• **Data records**
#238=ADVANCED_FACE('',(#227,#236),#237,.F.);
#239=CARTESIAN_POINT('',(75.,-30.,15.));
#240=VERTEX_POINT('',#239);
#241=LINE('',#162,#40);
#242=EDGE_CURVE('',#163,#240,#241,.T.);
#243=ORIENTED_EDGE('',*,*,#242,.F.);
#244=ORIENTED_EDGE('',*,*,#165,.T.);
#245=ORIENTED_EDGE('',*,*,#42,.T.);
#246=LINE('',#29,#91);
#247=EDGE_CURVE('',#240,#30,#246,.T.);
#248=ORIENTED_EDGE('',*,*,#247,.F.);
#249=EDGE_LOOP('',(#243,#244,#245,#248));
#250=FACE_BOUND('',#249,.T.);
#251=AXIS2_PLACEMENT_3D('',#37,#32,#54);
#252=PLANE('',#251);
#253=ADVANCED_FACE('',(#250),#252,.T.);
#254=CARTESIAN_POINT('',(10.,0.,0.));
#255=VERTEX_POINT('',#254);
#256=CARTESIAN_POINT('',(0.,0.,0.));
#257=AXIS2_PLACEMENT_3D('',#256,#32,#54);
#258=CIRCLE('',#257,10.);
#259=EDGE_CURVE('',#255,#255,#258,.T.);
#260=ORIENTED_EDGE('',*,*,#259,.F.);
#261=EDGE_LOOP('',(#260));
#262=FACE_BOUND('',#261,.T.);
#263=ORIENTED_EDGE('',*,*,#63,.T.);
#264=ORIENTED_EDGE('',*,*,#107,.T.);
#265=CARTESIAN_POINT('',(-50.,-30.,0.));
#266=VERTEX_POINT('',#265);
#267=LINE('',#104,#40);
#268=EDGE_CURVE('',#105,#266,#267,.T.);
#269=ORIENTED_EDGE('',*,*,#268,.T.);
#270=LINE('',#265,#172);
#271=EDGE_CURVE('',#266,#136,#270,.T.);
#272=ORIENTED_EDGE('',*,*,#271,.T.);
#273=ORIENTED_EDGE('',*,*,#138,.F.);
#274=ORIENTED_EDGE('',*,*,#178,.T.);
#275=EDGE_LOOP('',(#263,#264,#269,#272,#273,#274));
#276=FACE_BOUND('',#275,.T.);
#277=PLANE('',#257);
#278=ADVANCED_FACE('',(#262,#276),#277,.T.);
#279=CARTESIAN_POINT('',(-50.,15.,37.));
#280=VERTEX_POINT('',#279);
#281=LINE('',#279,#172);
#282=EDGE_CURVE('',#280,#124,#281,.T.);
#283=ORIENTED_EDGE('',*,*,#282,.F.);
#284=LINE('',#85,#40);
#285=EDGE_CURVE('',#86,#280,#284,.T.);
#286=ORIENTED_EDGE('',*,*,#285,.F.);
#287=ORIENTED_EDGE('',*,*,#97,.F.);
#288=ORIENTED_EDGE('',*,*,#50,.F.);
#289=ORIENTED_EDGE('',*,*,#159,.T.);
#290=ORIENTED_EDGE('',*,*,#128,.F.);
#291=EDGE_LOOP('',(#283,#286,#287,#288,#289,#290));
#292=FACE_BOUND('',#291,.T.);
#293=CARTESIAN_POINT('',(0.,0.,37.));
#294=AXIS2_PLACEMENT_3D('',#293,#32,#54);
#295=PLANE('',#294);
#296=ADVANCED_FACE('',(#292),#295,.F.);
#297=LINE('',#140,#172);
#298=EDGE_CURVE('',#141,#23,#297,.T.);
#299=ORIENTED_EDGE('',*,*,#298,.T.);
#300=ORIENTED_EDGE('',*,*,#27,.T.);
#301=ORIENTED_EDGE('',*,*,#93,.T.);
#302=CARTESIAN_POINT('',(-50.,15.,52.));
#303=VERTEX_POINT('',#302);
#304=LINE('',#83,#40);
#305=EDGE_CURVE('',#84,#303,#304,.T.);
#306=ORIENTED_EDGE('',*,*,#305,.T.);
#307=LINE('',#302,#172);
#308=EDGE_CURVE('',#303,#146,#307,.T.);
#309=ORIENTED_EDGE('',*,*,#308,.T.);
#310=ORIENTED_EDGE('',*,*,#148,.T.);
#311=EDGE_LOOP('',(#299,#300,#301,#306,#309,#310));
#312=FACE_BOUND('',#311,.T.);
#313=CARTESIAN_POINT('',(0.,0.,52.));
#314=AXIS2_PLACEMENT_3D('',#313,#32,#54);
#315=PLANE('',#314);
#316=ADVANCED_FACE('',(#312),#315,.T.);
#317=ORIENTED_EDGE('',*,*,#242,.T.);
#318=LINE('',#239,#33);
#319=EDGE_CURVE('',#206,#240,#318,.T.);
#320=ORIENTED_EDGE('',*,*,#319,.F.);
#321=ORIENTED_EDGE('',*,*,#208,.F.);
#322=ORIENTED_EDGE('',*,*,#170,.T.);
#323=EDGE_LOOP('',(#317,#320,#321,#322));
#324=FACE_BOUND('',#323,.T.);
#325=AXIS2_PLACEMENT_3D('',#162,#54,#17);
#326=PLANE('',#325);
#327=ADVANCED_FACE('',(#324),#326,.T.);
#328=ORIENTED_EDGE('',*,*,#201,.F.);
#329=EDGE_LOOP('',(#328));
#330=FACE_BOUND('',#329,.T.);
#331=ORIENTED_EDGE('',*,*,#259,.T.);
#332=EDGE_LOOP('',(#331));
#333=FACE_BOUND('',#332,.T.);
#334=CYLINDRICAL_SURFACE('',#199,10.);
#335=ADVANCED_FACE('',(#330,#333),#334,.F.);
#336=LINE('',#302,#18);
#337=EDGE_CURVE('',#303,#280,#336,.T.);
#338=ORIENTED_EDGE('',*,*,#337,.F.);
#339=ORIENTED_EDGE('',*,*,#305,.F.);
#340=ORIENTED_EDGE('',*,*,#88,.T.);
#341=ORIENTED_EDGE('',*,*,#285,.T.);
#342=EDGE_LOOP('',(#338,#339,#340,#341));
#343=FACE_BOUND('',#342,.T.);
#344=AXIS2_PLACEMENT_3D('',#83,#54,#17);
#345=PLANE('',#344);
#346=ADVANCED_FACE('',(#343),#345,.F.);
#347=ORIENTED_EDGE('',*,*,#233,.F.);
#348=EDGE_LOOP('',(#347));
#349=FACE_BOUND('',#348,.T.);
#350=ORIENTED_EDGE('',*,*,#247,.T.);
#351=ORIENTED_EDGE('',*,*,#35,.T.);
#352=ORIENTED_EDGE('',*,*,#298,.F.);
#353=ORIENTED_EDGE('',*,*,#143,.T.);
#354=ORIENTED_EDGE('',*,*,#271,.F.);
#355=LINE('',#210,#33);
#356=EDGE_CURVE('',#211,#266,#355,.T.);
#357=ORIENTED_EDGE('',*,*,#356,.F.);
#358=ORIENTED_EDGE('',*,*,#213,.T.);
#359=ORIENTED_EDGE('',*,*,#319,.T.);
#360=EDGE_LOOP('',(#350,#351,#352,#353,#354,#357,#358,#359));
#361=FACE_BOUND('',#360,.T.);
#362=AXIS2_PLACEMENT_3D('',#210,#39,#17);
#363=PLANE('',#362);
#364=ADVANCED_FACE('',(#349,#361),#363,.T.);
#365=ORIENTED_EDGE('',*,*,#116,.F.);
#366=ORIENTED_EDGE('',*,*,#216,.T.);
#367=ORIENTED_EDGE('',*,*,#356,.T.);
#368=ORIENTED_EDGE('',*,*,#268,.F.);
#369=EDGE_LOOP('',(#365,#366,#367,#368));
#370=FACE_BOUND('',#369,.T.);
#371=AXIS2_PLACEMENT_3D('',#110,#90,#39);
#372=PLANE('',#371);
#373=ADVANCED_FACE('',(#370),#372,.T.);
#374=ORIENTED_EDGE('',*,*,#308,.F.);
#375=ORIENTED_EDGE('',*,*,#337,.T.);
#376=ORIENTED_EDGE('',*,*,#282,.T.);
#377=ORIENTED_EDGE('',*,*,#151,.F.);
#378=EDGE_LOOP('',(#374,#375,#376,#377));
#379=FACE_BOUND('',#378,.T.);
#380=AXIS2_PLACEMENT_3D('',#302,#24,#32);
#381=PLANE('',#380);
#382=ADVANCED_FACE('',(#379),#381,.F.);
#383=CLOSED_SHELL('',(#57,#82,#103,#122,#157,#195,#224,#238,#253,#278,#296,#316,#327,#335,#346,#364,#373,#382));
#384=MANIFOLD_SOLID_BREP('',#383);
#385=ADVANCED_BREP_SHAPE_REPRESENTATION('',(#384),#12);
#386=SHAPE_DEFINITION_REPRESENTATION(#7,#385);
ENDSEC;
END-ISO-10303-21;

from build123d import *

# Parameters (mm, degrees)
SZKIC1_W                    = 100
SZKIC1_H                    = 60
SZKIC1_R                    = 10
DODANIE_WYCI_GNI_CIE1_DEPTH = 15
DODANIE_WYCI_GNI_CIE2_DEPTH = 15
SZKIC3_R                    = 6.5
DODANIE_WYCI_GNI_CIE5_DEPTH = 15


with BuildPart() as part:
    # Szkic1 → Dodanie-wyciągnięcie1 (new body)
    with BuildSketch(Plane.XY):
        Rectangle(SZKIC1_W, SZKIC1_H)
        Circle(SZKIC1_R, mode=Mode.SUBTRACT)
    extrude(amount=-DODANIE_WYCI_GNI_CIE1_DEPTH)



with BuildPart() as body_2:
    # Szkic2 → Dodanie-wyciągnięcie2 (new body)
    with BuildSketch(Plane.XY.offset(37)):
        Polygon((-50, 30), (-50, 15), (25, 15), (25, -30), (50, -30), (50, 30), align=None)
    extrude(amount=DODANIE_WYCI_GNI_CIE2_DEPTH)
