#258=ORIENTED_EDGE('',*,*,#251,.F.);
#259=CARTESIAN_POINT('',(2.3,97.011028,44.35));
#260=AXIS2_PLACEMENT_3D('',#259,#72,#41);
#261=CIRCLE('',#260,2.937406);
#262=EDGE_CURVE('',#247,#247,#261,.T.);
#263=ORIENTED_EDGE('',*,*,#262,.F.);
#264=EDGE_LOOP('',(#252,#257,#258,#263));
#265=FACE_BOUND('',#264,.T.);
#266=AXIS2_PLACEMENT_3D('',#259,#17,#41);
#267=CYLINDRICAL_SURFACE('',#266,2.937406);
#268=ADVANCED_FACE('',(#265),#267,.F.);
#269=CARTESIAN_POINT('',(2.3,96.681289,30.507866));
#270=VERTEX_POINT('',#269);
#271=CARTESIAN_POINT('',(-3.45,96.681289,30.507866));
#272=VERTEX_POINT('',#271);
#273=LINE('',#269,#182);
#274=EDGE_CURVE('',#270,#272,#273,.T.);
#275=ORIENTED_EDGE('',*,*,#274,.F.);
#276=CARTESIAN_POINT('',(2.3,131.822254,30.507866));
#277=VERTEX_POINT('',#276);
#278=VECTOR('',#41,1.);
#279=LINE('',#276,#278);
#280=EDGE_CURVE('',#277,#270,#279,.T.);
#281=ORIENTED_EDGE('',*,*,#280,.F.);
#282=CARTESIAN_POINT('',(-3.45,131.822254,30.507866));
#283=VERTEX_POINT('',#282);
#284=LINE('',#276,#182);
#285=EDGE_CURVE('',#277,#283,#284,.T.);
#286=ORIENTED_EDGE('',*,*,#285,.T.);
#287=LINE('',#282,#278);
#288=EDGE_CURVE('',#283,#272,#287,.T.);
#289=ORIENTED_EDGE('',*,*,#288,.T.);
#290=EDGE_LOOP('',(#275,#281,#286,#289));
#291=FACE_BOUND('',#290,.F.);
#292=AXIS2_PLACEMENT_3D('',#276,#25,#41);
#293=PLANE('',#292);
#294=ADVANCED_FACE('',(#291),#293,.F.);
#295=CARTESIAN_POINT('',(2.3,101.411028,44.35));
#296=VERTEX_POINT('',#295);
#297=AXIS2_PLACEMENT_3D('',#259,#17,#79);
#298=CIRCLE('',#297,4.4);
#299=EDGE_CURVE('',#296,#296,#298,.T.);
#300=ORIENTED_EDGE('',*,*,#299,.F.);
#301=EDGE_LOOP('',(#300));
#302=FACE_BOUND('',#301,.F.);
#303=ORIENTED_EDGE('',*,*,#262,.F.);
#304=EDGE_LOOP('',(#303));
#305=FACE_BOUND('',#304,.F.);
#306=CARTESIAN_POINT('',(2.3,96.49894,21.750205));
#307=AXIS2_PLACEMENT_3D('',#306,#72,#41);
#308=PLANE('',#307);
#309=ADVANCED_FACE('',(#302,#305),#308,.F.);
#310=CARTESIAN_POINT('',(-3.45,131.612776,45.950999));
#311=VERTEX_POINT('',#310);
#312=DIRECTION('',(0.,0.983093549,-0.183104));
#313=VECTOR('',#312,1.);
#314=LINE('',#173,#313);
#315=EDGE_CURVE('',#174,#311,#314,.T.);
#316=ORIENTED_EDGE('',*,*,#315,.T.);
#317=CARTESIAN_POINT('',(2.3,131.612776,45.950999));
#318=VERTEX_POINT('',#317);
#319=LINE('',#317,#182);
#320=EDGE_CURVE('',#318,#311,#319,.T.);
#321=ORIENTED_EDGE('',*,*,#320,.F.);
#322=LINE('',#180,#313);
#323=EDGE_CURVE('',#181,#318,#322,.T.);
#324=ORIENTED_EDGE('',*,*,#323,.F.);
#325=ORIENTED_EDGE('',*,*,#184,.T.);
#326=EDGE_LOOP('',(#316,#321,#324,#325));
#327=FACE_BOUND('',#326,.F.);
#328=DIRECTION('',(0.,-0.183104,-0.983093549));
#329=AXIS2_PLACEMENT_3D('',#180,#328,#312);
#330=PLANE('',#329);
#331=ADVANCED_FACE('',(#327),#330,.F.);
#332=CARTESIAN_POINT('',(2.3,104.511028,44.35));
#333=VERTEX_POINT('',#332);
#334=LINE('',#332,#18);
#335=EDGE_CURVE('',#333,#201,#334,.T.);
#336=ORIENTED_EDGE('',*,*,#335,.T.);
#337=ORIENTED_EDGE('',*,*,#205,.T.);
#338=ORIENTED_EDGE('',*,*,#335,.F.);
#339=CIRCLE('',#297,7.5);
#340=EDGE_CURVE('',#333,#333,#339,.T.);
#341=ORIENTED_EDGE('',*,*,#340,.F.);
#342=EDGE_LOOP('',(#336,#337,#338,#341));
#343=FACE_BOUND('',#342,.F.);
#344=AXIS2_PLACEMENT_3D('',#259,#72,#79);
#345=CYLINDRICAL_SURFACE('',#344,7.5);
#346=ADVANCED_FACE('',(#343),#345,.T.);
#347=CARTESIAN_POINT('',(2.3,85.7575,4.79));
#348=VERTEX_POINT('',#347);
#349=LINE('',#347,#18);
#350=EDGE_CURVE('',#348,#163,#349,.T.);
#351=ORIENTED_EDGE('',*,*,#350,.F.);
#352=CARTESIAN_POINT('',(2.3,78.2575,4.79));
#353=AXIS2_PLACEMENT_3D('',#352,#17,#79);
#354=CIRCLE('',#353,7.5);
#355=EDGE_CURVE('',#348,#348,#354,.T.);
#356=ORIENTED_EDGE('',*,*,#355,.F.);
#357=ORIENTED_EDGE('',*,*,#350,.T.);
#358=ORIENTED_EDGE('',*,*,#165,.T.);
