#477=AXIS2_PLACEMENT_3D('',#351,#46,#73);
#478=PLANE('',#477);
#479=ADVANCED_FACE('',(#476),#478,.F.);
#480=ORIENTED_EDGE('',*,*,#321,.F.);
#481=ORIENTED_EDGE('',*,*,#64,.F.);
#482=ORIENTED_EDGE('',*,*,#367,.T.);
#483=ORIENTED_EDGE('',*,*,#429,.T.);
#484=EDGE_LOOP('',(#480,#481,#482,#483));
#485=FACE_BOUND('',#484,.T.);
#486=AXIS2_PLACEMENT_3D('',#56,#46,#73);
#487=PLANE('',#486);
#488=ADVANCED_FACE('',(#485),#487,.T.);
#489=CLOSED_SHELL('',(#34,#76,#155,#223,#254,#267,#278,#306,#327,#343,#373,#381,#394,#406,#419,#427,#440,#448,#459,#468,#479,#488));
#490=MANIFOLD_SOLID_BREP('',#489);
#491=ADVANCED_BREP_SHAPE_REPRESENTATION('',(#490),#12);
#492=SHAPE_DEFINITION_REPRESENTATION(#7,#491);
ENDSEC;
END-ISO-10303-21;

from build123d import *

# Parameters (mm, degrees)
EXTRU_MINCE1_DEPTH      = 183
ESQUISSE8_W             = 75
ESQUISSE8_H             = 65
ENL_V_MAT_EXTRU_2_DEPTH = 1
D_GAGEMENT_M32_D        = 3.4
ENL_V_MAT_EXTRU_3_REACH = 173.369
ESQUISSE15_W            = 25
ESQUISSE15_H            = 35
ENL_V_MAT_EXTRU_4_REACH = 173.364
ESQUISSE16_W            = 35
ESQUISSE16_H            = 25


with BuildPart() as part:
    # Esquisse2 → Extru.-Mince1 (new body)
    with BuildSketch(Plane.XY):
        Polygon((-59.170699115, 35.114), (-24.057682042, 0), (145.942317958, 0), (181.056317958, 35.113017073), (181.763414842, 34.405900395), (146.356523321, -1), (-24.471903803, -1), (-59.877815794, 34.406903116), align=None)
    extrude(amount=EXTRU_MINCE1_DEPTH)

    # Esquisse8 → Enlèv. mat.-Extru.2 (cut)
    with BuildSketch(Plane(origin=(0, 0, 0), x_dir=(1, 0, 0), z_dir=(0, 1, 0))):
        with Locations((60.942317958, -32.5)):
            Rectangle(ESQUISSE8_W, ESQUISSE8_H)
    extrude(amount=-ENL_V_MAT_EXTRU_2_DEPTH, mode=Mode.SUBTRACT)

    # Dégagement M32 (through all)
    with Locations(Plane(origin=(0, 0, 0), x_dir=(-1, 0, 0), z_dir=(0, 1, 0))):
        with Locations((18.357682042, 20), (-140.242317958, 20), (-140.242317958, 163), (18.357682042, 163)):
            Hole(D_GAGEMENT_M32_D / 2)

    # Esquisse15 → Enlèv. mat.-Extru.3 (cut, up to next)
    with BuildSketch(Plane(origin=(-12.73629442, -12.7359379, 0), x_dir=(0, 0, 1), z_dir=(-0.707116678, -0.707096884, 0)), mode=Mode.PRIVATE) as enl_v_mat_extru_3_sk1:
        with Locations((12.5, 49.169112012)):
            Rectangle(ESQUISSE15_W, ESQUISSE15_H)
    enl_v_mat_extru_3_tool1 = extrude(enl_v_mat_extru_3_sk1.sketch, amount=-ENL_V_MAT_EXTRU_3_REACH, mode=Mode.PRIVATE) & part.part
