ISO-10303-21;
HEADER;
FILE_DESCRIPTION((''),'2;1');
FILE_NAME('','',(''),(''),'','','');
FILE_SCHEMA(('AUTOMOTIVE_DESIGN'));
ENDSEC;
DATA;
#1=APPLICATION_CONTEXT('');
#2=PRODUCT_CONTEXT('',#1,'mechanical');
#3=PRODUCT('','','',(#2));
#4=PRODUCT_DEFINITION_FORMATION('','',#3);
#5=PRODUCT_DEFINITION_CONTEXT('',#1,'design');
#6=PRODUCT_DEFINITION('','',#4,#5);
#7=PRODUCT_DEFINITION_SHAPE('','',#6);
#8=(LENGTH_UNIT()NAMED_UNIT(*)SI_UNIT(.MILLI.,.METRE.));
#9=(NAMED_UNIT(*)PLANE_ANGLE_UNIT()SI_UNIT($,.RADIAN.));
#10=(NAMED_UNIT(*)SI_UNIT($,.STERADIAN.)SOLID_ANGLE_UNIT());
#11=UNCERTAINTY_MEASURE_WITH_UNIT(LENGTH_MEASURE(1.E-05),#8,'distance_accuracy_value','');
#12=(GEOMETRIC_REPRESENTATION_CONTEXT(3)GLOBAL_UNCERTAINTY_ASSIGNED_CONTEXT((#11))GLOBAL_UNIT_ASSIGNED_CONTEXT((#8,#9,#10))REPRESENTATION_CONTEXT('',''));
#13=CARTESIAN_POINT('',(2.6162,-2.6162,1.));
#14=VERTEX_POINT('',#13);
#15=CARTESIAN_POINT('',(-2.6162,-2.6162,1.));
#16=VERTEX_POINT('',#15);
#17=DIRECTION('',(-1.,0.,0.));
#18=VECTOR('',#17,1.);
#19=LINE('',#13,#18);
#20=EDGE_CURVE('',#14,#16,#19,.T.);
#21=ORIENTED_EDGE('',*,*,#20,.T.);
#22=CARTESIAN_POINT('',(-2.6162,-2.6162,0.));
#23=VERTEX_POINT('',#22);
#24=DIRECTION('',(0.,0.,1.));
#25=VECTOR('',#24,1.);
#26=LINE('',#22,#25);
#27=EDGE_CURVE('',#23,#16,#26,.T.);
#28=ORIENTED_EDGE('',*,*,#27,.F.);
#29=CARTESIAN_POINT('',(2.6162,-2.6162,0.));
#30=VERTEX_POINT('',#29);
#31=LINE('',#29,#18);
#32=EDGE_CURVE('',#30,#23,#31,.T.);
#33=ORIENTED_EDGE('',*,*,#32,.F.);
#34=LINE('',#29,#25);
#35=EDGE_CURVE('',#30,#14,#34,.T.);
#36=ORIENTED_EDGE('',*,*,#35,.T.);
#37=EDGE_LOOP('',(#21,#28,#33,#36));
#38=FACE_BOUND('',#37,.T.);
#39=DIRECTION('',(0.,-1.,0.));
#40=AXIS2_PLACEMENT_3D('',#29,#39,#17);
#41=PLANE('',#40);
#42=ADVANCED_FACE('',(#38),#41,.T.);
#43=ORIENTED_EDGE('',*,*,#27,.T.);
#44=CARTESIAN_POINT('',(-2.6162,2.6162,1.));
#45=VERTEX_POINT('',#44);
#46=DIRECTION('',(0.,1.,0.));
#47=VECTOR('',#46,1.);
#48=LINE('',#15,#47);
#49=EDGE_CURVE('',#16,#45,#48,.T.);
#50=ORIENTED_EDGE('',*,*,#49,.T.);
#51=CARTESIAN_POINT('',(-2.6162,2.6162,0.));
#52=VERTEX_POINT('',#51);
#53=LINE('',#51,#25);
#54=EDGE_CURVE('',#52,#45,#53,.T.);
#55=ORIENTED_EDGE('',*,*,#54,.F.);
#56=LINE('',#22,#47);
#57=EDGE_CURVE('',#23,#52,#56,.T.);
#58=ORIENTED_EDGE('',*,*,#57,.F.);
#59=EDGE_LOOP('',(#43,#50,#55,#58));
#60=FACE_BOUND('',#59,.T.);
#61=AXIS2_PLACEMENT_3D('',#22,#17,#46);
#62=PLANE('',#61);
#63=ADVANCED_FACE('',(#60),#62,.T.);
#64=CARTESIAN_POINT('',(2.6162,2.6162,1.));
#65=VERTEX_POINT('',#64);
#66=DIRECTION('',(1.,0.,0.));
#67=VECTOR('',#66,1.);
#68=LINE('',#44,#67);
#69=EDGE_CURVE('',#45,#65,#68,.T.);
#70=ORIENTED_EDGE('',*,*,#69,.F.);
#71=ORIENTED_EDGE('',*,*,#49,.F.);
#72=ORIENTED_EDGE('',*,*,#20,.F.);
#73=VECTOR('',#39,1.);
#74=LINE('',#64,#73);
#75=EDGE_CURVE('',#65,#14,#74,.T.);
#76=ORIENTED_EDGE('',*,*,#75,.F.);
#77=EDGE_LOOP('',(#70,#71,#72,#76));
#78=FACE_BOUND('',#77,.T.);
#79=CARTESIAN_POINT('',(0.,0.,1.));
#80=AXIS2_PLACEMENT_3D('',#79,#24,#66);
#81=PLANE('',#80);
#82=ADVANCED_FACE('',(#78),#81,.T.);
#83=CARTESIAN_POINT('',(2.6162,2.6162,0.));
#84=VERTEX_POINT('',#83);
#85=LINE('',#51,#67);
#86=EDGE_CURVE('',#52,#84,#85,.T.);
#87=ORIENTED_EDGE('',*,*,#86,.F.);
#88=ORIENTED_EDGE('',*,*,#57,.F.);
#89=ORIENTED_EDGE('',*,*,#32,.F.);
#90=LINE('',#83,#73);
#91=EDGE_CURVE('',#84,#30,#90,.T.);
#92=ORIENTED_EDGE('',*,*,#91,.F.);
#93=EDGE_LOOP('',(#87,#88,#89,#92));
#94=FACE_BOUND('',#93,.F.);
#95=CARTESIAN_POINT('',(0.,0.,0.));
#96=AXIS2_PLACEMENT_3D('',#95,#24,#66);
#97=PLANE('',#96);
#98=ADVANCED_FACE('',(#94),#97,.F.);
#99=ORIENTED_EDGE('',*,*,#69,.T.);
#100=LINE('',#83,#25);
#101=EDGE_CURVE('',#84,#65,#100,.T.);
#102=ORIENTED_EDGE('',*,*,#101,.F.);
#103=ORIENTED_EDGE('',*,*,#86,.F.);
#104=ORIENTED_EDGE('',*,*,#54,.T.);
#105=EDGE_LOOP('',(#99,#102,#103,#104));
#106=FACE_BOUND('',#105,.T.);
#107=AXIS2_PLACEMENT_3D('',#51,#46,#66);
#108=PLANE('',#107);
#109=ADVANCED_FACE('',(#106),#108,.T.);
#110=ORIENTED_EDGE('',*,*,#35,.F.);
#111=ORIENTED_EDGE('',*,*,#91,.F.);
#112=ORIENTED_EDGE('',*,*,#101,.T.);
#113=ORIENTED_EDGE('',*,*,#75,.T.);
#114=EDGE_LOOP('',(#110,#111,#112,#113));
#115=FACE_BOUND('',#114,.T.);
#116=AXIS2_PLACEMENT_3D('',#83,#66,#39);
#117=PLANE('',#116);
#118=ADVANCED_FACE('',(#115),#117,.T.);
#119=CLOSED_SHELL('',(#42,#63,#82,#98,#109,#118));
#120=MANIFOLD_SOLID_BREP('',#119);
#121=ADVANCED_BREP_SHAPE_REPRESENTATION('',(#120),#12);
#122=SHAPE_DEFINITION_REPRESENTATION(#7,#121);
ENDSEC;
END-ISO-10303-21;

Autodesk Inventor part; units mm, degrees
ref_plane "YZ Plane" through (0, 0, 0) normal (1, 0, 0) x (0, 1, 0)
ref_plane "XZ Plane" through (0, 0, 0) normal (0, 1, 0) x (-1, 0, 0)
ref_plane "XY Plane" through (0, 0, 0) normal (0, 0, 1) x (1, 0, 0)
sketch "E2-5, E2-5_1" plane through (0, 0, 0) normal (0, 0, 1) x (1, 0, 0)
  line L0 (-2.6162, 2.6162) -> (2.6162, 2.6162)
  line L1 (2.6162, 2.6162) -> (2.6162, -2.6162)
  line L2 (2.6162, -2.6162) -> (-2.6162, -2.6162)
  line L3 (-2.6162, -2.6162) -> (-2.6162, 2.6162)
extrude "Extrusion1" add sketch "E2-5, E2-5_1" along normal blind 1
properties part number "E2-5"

• **Directions for this task**
The lines to retype run from the start of the entries through the line containing "#268=EDGE_CURVE('',#105,#266,#267,.T.);"; reproduce them exactly and add nothing.

• **Your solution**
#238=ADVANCED_FACE('',(#227,#236),#237,.F.);
#239=CARTESIAN_POINT('',(75.,-30.,15.));
#240=VERTEX_POINT('',#239);
#241=LINE('',#162,#40);
#242=EDGE_CURVE('',#163,#240,#241,.T.);
#243=ORIENTED_EDGE('',*,*,#242,.F.);
#244=ORIENTED_EDGE('',*,*,#165,.T.);
#245=ORIENTED_EDGE('',*,*,#42,.T.);
#246=LINE('',#29,#91);
#247=EDGE_CURVE('',#240,#30,#246,.T.);
#248=ORIENTED_EDGE('',*,*,#247,.F.);
#249=EDGE_LOOP('',(#243,#244,#245,#248));
#250=FACE_BOUND('',#249,.T.);
#251=AXIS2_PLACEMENT_3D('',#37,#32,#54);
#252=PLANE('',#251);
#253=ADVANCED_FACE('',(#250),#252,.T.);
#254=CARTESIAN_POINT('',(10.,0.,0.));
#255=VERTEX_POINT('',#254);
#256=CARTESIAN_POINT('',(0.,0.,0.));
#257=AXIS2_PLACEMENT_3D('',#256,#32,#54);
#258=CIRCLE('',#257,10.);
#259=EDGE_CURVE('',#255,#255,#258,.T.);
#260=ORIENTED_EDGE('',*,*,#259,.F.);
#261=EDGE_LOOP('',(#260));
#262=FACE_BOUND('',#261,.T.);
#263=ORIENTED_EDGE('',*,*,#63,.T.);
#264=ORIENTED_EDGE('',*,*,#107,.T.);
#265=CARTESIAN_POINT('',(-50.,-30.,0.));
#266=VERTEX_POINT('',#265);
#267=LINE('',#104,#40);
#268=EDGE_CURVE('',#105,#266,#267,.T.);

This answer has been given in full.